America Has a Problem With Political Violence—and It’s a Growing One

The recent rise of political violence in the United States is sobering but not surprising to the researchers who study this subject. “We know the factors that put countries at risk of political violence,” says Barbara F. Walter, an expert on violent extremism. “We also know the factors that put countries at risk of election violence, and the United States has all of them.”

Walter, a professor at the University of California, San Diego and the author of How Civil Wars Start, among several other books, told me on this week’s episode of Inside the Hive that she is worried about the coming election period—but doesn’t think the threats will abate afterward. “We’re in for a rocky few months,” Walter says. “We’re actually, I think, in for a rocky 10 years.”

That’s because the underlying risk factors are so apparent. “The countries that tend to experience violence around elections are countries that have winner-take-all elections, which the United States has; they have voters and a population who have become deeply divided,

especially by race, religion, and/or ethnicity; they have weak institutions, or they have a democracy that’s not as strong as it could be and where some of the electorate questions the validity of elections; and they have a candidate that has lost in the past,” Walter explains. “These are the conditions that social scientists have figured out by looking across countries and over time.” And those conditions all exist in the US today.

Donald Trump, she adds, is “setting up his supporters to believe that if he loses again, it was stolen again. So again, this is the perfect recipe for violence. We will have violence surrounding this election.
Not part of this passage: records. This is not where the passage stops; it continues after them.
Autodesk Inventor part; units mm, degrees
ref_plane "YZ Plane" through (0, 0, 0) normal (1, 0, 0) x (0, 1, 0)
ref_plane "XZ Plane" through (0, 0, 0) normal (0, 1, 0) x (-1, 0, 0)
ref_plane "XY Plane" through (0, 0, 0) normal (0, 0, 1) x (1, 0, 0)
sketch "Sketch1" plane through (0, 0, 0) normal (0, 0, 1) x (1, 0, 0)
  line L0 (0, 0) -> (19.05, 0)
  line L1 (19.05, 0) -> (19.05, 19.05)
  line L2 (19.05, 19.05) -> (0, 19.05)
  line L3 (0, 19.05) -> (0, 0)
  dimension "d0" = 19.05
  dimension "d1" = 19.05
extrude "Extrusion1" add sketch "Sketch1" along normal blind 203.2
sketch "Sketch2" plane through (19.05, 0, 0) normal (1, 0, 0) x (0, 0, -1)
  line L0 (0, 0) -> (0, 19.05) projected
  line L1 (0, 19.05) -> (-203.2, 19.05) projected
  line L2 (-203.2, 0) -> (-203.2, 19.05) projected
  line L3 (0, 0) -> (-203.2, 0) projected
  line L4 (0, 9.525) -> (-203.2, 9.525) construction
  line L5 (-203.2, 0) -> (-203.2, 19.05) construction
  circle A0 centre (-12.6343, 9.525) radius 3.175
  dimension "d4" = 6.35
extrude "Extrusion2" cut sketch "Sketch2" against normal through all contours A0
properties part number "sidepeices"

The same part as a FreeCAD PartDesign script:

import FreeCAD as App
import Part
import Sketcher
Q = App.Units.Quantity

doc = App.newDocument("Part")
body = doc.addObject("PartDesign::Body", "Body")

sketch1 = doc.addObject("Sketcher::SketchObject", "Sketch")
body.addObject(sketch1)
sketch1.AttachmentSupport = (doc.XY_Plane, [""])
sketch1.MapMode = "FlatFace"
sketch1.addGeometry([
    Part.LineSegment(App.Vector(0, 19, 0), App.Vector(0, 0, 0)),
    Part.LineSegment(App.Vector(0, 0, 0), App.Vector(19, 0, 0)),
    Part.LineSegment(App.Vector(19, 0, 0), App.Vector(19, 19, 0)),
    Part.LineSegment(App.Vector(19, 19, 0), App.Vector(0, 19, 0)),
], False)
sketch1.addConstraint([
    Sketcher.Constraint("Coincident", 0, 2, 1, 1),
    Sketcher.Constraint("Coincident", 1, 2, 2, 1),
    Sketcher.Constraint("Coincident", 2, 2, 3, 1),
    Sketcher.Constraint("Coincident", 3, 2, 0, 1),
    Sketcher.Constraint("Vertical", 0),
    Sketcher.Constraint("Horizontal", 1),
    Sketcher.Constraint("Vertical", 2),
    Sketcher.Constraint("Horizontal", 3),
    Sketcher.Constraint("Coincident", 0, 2, -1, 1),
    Sketcher.Constraint("Equal", 3, 0),
    Sketcher.Constraint("DistanceX", 1, 1, 1, 2, Q("0.75 in")),
])
pad1 = doc.addObject("PartDesign::Pad", "Pad")
body.addObject(pad1)
pad1.Profile = sketch1
pad1.Length = Q("8 in")

sketch2 = doc.addObject("Sketcher::SketchObject", "Sketch001")
body.addObject(sketch2)
sketch2.AttachmentSupport = (doc.YZ_Plane, [""])
sketch2.MapMode = "FlatFace"
sketch2.AttachmentOffset = App.Placement(App.Vector(0, 0, 0.75 * 25.4), App.Rotation())
sketch2.addGeometry(Part.Circle(App.Vector(9.5, 12.6, 0), App.Vector(0, 0, 1), 3.2), False)
sketch2.addConstraint([
    Sketcher.Constraint("Diameter", 0, Q("0.25 in")),
    Sketcher.Constraint("DistanceX", -1, 1, 0, 3, Q("0.375 in")),
    Sketcher.Constraint("DistanceY", -1, 1, 0, 3, Q("12.6343 mm")),
])
pocket1 = doc.addObject("PartDesign::Pocket", "Pocket")
body.addObject(pocket1)
pocket1.Profile = sketch2
pocket1.Type = "ThroughAll"

doc.recompute()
And really, the key point is, will we be prepared for it?” Thinking ahead and preparing for the possibilities, she says, is “much better than keeping our heads in the sand and pretending that everything’s fine.”

Regarding the recent threats to Trump’s life, Walter says that “the two big drivers of the rise of assassination attempts are guns, and especially the easy access to assault weapons,” and the internet as a source of radicalization. People are “doomscrolling the internet and they’re on these chat rooms and they’re getting radicalized,” she says. “They’re starting to believe the conspiracy theories that they’re hearing. And many of these people are not mentally stable to begin with.”

On the topic of civil war, Walter observes that “there is a cancer growing here in the United States” because a subset of the population doesn’t think democracy serves them anymore. She says the two best predictors of civil war are “whether a country is a partial democracy,” as opposed to a vibrant democracy or a repressive autocracy, and “whether its citizens are divided, deeply divided by race, religion, or ethnicity.”

When you have a democracy that’s in decline, that’s when you start to get into trouble, says Walter. She asserts that political science data indicates America has, in recent years, dropped into this “middle zone.” “Most violence happens in the middle zone.” The key point is preparedness: “We need to pay attention. We need to take precautions against it. We need to be prepared.”